Sara Soth
AM BioTech
10/29/2013
Mystery Plasmid Lab Write up
Objective
To determine which plasmids are which by doing a mini-prep to obtain the purified plasmids.
Use purified plasmids to run a gel and verify each plasmid by comparing them to the virtual
prediction through NEB Cutter. Alternative is to grow with a bacteria on an Agar Arabinose
Ampicillin petri dish.
Background Information
When three plasmids ( pAmp, pKan and pGlo) were ordered from Doofenshmirtz’s company,
the samples arrived unlabeled. Using the mini-prep kit – including a column microfuge reaction
tube - the plasmids were separated from the media they came in.
Once the media and the bacteria with the plasmids were separated, many spin downs were
required to purify the plasmids and separate them from the bacteria themselves. The samples
were spun down in this order: Buffer P1, Buffer P2, Buffer N3, Buffer PB, and then Buffer PE.
Experimental Design
A mini-prep will be used to extract the bacteria from the broth and then to extract the plasmids
from the bacteria. Once plasmids are purified and the last of the ethyl alcohol has evaporated
(which will leave the sample in a small dried pellet at the bottom of a reaction tube. Once it is
visible that the alcohol is gone, the plasmid DNA will be rehydrated with Buffer EB.
Once the purified plasmid DNA is obtained, the DNA will be recombined with a weak strain of
E.coli and will be grown on an Agar Arabinose Ampicillin petri dish. It is predicted that pGlo will
glow when it reacts with the petri dish gel, pAmp will survive because it has built up immunity
to Ampicillin (so does pGlo), and pKan will die as it does not have the trait for Ampicillin
resistance.
Materials

Mini Prep Kit (QIAprep spin column)

Buffer 1

Buffer 2

Buffer PB

Buffer PE

Buffer EB

Buffer N3

Microcentrifuge

Arabinose Ampicillin Agar petri dish

Mystery Plasmids

Buffer for Plasmids

Micropipettes and corresponding tips

NanoDrop

Beaker to discard tips in
Method
1. Resuspend pelleted bacteria cells in 250 uL Buffer P! and transfer to a microcentrifuge
tube.
2. Add 250uL of Buffer P2 and gently invert tube 4-6 times to mix.
3. Add 350uL Buffer N3 and invert the tube immediately but gently 4-6 times.
4. Centrifuge for 10 minutes at 13,000 rpm in a table top micro centrifuge.
5. Apply the supernatant from step 4 to the QIA spin column by decanting or pipetting.
6. Centrifuge for 30-60 seconds. Discard the flow-through.
7. Wash the spin colum by adding 0.5 mL Buffer PB and centrifuging for 30-60 seconds.
Discard the flow through.
8. Wash spin column by adding 0.75 mL Buffer PE and centrifuging for 30-60 seconds.
Discard the flow through and centrifuge for an additions 1 minute to remove residual
wash buffer.
9. Place the spin column in a clean 1.5 mL microcentrifuge tube. To elute the DNA, add
50uL Buffer EB or water to the center of each spin column, let stand for 1 minute and
then centrifuge for 1 minute.
10. Grow each plasmid in bacteria on Arabinose Agar petri dishes (1 plate per bacteria).
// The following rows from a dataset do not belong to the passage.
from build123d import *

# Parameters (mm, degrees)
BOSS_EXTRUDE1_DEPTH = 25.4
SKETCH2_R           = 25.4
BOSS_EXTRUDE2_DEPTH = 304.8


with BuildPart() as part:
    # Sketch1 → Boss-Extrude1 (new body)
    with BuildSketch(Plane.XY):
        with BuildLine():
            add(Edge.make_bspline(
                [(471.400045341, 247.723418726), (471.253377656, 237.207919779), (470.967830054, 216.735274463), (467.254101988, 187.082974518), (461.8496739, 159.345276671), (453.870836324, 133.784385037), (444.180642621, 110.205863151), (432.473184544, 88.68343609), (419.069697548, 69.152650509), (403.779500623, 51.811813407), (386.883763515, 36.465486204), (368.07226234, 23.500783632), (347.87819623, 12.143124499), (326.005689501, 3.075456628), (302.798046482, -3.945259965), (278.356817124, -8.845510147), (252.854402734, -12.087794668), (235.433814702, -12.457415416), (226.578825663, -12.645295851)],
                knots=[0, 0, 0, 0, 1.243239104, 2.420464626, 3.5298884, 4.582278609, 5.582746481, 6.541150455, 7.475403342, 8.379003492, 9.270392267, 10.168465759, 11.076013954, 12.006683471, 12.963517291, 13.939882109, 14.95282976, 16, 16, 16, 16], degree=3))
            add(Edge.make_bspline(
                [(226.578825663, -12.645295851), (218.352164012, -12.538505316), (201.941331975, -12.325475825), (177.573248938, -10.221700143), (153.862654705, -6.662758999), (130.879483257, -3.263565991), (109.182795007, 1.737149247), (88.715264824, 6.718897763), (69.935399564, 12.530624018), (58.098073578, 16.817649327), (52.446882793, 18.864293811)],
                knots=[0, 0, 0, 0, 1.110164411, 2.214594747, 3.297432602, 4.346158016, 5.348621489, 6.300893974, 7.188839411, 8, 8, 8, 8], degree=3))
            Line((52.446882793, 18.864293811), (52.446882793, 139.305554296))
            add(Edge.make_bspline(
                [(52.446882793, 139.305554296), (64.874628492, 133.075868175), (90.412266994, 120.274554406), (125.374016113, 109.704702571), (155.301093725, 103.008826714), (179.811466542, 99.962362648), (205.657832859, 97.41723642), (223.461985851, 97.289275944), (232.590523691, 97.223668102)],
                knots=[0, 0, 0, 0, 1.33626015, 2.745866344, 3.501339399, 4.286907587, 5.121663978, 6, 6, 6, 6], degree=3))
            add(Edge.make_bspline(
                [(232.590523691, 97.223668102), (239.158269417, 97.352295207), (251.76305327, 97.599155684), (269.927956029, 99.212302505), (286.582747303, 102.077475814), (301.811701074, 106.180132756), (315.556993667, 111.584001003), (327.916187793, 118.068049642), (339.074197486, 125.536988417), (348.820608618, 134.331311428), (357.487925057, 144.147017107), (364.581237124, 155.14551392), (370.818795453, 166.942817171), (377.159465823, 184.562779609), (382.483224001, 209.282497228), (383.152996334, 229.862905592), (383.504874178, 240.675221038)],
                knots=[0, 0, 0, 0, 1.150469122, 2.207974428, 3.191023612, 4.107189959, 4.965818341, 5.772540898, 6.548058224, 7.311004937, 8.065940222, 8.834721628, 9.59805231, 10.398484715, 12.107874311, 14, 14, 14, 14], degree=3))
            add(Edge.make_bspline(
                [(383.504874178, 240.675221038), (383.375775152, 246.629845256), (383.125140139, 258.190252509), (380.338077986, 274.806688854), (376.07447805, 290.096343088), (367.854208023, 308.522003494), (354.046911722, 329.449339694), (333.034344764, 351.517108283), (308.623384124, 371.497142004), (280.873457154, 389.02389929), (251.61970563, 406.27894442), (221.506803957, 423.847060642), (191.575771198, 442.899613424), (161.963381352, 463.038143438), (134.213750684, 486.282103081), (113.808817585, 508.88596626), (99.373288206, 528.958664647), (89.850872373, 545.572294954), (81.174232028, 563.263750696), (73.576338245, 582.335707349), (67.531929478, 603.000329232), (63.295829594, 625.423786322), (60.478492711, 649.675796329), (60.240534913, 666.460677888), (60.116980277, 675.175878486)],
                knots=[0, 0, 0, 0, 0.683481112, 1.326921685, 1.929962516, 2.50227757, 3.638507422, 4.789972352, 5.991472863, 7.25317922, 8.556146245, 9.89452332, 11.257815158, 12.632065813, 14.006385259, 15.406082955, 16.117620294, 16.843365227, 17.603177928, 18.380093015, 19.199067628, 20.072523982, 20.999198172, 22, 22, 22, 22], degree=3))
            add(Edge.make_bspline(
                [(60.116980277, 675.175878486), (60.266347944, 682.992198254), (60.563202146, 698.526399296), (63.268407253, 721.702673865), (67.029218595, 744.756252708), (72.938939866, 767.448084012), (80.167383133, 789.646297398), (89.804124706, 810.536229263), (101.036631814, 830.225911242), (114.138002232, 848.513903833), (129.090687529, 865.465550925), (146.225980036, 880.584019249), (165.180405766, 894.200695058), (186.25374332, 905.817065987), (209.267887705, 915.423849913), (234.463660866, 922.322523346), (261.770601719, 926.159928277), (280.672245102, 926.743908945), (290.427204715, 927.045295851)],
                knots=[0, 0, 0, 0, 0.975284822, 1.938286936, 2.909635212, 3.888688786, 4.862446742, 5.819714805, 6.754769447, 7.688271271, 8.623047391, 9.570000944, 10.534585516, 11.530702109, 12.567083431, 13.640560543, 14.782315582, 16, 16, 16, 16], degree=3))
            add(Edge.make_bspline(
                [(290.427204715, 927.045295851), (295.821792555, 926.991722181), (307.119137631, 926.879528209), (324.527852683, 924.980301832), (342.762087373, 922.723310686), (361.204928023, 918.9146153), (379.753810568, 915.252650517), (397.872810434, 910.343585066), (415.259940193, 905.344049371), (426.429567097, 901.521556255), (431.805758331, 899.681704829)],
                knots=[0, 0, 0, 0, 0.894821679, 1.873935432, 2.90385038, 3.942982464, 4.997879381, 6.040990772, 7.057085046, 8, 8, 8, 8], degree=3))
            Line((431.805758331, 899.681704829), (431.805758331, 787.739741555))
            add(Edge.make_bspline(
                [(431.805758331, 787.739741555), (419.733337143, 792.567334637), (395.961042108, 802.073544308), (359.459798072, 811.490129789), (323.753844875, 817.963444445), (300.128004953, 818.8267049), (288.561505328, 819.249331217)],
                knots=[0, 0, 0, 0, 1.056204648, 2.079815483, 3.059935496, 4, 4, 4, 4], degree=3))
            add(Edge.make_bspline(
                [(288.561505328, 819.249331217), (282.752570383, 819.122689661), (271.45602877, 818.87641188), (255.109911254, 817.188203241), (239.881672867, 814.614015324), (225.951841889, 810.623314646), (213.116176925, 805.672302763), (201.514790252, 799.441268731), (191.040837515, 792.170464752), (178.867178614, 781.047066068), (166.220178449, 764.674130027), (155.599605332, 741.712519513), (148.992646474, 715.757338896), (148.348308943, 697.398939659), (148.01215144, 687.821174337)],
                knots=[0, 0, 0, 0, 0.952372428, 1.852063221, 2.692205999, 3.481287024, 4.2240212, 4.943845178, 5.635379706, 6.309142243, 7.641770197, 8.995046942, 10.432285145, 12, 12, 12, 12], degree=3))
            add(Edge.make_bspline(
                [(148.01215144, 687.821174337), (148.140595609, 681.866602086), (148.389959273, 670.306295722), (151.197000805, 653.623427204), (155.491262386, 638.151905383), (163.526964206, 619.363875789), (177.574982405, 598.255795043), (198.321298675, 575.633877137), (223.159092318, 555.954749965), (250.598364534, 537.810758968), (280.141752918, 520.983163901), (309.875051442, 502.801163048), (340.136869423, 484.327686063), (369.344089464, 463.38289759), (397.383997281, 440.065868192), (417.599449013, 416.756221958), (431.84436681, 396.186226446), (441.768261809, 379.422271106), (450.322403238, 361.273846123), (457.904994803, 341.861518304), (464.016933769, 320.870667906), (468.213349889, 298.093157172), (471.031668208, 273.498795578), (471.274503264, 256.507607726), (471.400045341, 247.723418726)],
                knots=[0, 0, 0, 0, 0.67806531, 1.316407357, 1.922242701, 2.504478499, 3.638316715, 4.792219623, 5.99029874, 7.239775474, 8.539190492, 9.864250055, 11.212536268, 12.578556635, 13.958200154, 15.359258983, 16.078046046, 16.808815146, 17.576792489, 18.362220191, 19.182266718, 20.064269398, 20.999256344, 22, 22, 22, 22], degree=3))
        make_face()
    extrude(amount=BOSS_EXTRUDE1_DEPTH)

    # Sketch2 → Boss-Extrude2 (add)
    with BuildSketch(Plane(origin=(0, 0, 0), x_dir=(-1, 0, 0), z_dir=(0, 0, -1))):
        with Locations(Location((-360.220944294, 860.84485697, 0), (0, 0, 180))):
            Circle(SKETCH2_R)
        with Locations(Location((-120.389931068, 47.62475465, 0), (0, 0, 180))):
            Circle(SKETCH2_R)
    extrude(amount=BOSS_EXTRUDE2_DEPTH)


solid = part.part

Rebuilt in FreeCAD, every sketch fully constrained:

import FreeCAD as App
import Part
import Sketcher

V = App.Vector
Q = App.Units.Quantity

doc = App.newDocument("Part")
body = doc.addObject("PartDesign::Body", "Body")

# Sketch on XY plane
sketch1 = body.newObject("Sketcher::SketchObject", "Sketch")
sketch1.AttachmentSupport = (doc.getObject("XY_Plane"), [""])
sketch1.MapMode = "FlatFace"
sketch1.addGeometry(Part.BSplineCurve([V(471.400045, 247.723419, 0), V(471.253378, 237.20792, 0), V(470.96783, 216.735274, 0), V(467.254102, 187.082975, 0), V(461.849674, 159.345277, 0), V(453.870836, 133.784385, 0), V(444.180643, 110.205863, 0), V(432.473185, 88.683436, 0), V(419.069698, 69.152651, 0), V(403.779501, 51.811813, 0), V(386.883764, 36.465486, 0), V(368.072262, 23.500784, 0), V(347.878196, 12.143124, 0), V(326.00569, 3.075457, 0), V(302.798046, -3.94526, 0), V(278.356817, -8.84551, 0), V(252.854403, -12.087795, 0), V(235.433815, -12.457415, 0), V(226.578826, -12.645296, 0)], [4, 1, 1, 1, 1, 1, 1, 1, 1, 1, 1, 1, 1, 1, 1, 1, 4], [0, 1.243239104, 2.420464626, 3.5298884, 4.582278609, 5.582746481, 6.541150455, 7.475403342, 8.379003492, 9.270392267, 10.168465759, 11.076013954, 12.006683471, 12.963517291, 13.939882109, 14.95282976, 16], False, 3, [1, 1, 1, 1, 1, 1, 1, 1, 1, 1, 1, 1, 1, 1, 1, 1, 1, 1, 1], False), False)
sketch1.addGeometry(Part.BSplineCurve([V(148.012151, 687.821174, 0), V(148.140596, 681.866602, 0), V(148.389959, 670.306296, 0), V(151.197001, 653.623427, 0), V(155.491262, 638.151905, 0), V(163.526964, 619.363876, 0), V(177.574982, 598.255795, 0), V(198.321299, 575.633877, 0), V(223.159092, 555.95475, 0), V(250.598365, 537.810759, 0), V(280.141753, 520.983164, 0), V(309.875051, 502.801163, 0), V(340.136869, 484.327686, 0), V(369.344089, 463.382898, 0), V(397.383997, 440.065868, 0), V(417.599449, 416.756222, 0), V(431.844367, 396.186226, 0), V(441.768262, 379.422271, 0), V(450.322403, 361.273846, 0), V(457.904995, 341.861518, 0), V(464.016934, 320.870668, 0), V(468.21335, 298.093157, 0), V(471.031668, 273.498796, 0), V(471.274503, 256.507608, 0), V(471.400045, 247.723419, 0)], [4, 1, 1, 1, 1, 1, 1, 1, 1, 1, 1, 1, 1, 1, 1, 1, 1, 1, 1, 1, 1, 1, 4], [0, 0.67806531, 1.316407357, 1.922242701, 2.504478499, 3.638316715, 4.792219623, 5.99029874, 7.239775474, 8.539190492, 9.864250055, 11.212536268, 12.578556635, 13.958200154, 15.359258983, 16.078046046, 16.808815146, 17.576792489, 18.362220191, 19.182266718, 20.064269398, 20.999256344, 22], False, 3, [1, 1, 1, 1, 1, 1, 1, 1, 1, 1, 1, 1, 1, 1, 1, 1, 1, 1, 1, 1, 1, 1, 1, 1, 1], False), False)
sketch1.addGeometry(Part.BSplineCurve([V(288.561505, 819.249331, 0), V(282.75257, 819.12269, 0), V(271.456029, 818.876412, 0), V(255.109911, 817.188203, 0), V(239.881673, 814.614015, 0), V(225.951842, 810.623315, 0), V(213.116177, 805.672303, 0), V(201.51479, 799.441269, 0), V(191.040838, 792.170465, 0), V(178.867179, 781.047066, 0), V(166.220178, 764.67413, 0), V(155.599605, 741.71252, 0), V(148.992646, 715.757339, 0), V(148.348309, 697.39894, 0), V(148.012151, 687.821174, 0)], [4, 1, 1, 1, 1, 1, 1, 1, 1, 1, 1, 1, 4], [0, 0.952372428, 1.852063221, 2.692205999, 3.481287024, 4.2240212, 4.943845178, 5.635379706, 6.309142243, 7.641770197, 8.995046942, 10.432285145, 12], False, 3, [1, 1, 1, 1, 1, 1, 1, 1, 1, 1, 1, 1, 1, 1, 1], False), False)
sketch1.addGeometry(Part.BSplineCurve([V(431.805758, 787.739742, 0), V(419.733337, 792.567335, 0), V(395.961042, 802.073544, 0), V(359.459798, 811.49013, 0), V(323.753845, 817.963444, 0), V(300.128005, 818.826705, 0), V(288.561505, 819.249331, 0)], [4, 1, 1, 1, 4], [0, 1.056204648, 2.079815483, 3.059935496, 4], False, 3, [1, 1, 1, 1, 1, 1, 1], False), False)
sketch1.addGeometry(Part.LineSegment(V(431.805758, 787.739742, 0), V(431.805758, 899.681705, 0)), False)
sketch1.addGeometry(Part.BSplineCurve([V(290.427205, 927.045296, 0), V(295.821793, 926.991722, 0), V(307.119138, 926.879528, 0), V(324.527853, 924.980302, 0), V(342.762087, 922.723311, 0), V(361.204928, 918.914615, 0), V(379.753811, 915.252651, 0), V(397.87281, 910.343585, 0), V(415.25994, 905.344049, 0), V(426.429567, 901.521556, 0), V(431.805758, 899.681705, 0)], [4, 1, 1, 1, 1, 1, 1, 1, 4], [0, 0.894821679, 1.873935432, 2.90385038, 3.942982464, 4.997879381, 6.040990772, 7.057085046, 8], False, 3, [1, 1, 1, 1, 1, 1, 1, 1, 1, 1, 1], False), False)
sketch1.addGeometry(Part.BSplineCurve([V(60.11698, 675.175878, 0), V(60.266348, 682.992198, 0), V(60.563202, 698.526399, 0), V(63.268407, 721.702674, 0), V(67.029219, 744.756253, 0), V(72.93894, 767.448084, 0), V(80.167383, 789.646297, 0), V(89.804125, 810.536229, 0), V(101.036632, 830.225911, 0), V(114.138002, 848.513904, 0), V(129.090688, 865.465551, 0), V(146.22598, 880.584019, 0), V(165.180406, 894.200695, 0), V(186.253743, 905.817066, 0), V(209.267888, 915.42385, 0), V(234.463661, 922.322523, 0), V(261.770602, 926.159928, 0), V(280.672245, 926.743909, 0), V(290.427205, 927.045296, 0)], [4, 1, 1, 1, 1, 1, 1, 1, 1, 1, 1, 1, 1, 1, 1, 1, 4], [0, 0.975284822, 1.938286936, 2.909635212, 3.888688786, 4.862446742, 5.819714805, 6.754769447, 7.688271271, 8.623047391, 9.570000944, 10.534585516, 11.530702109, 12.567083431, 13.640560543, 14.782315582, 16], False, 3, [1, 1, 1, 1, 1, 1, 1, 1, 1, 1, 1, 1, 1, 1, 1, 1, 1, 1, 1], False), False)
sketch1.addGeometry(Part.BSplineCurve([V(383.504874, 240.675221, 0), V(383.375775, 246.629845, 0), V(383.12514, 258.190253, 0), V(380.338078, 274.806689, 0), V(376.074478, 290.096343, 0), V(367.854208, 308.522003, 0), V(354.046912, 329.44934, 0), V(333.034345, 351.517108, 0), V(308.623384, 371.497142, 0), V(280.873457, 389.023899, 0), V(251.619706, 406.278944, 0), V(221.506804, 423.847061, 0), V(191.575771, 442.899613, 0), V(161.963381, 463.038143, 0), V(134.213751, 486.282103, 0), V(113.808818, 508.885966, 0), V(99.373288, 528.958665, 0), V(89.850872, 545.572295, 0), V(81.174232, 563.263751, 0), V(73.576338, 582.335707, 0), V(67.531929, 603.000329, 0), V(63.29583, 625.423786, 0), V(60.478493, 649.675796, 0), V(60.240535, 666.460678, 0), V(60.11698, 675.175878, 0)], [4, 1, 1, 1, 1, 1, 1, 1, 1, 1, 1, 1, 1, 1, 1, 1, 1, 1, 1, 1, 1, 1, 4], [0, 0.683481112, 1.326921685, 1.929962516, 2.50227757, 3.638507422, 4.789972352, 5.991472863, 7.25317922, 8.556146245, 9.89452332, 11.257815158, 12.632065813, 14.006385259, 15.406082955, 16.117620294, 16.843365227, 17.603177928, 18.380093015, 19.199067628, 20.072523982, 20.999198172, 22], False, 3, [1, 1, 1, 1, 1, 1, 1, 1, 1, 1, 1, 1, 1, 1, 1, 1, 1, 1, 1, 1, 1, 1, 1, 1, 1], False), False)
11. Take colony from each sample and grow on Arabinose Ampicillin Agar petri dish.
12. View under UV light.
Results
From the picture above, it can be concluded that sample one was pGlo because it is glowing,
sample two was pAmp because it survived, but is not glowing, and sample three is pKan
because it died.
Conclusion
This lab actually went very well. The results are concise and easy to decipher. The objective of
this lab has been achieved since it is now possible to tell which plasmid is which by looking at
the samples in the petri dish. The samples that survived are the samples that have Ampicillin
resistance coded into their DNA. Since pKan died because it didn’t have resistance it is now
known that the other two samples are pAmp and pGlo. Knowing that pGlo will glow when it
reacts with the petri dish, sample number one is ruled out as being pGlo. Due to the process of
elimination, sample number three must be pAmp – alive, but not glowing.
Although this lab went well, it is possible that there is a certain level of contamination. By
looking at the picture in the above Results section, a ring of glowing bacteria circles the whole
petri dish. Knowing this, it is possible that a drop of a contaminant fluid got into the petri dish
(though it is most likely that it is just condensed water from making the gel.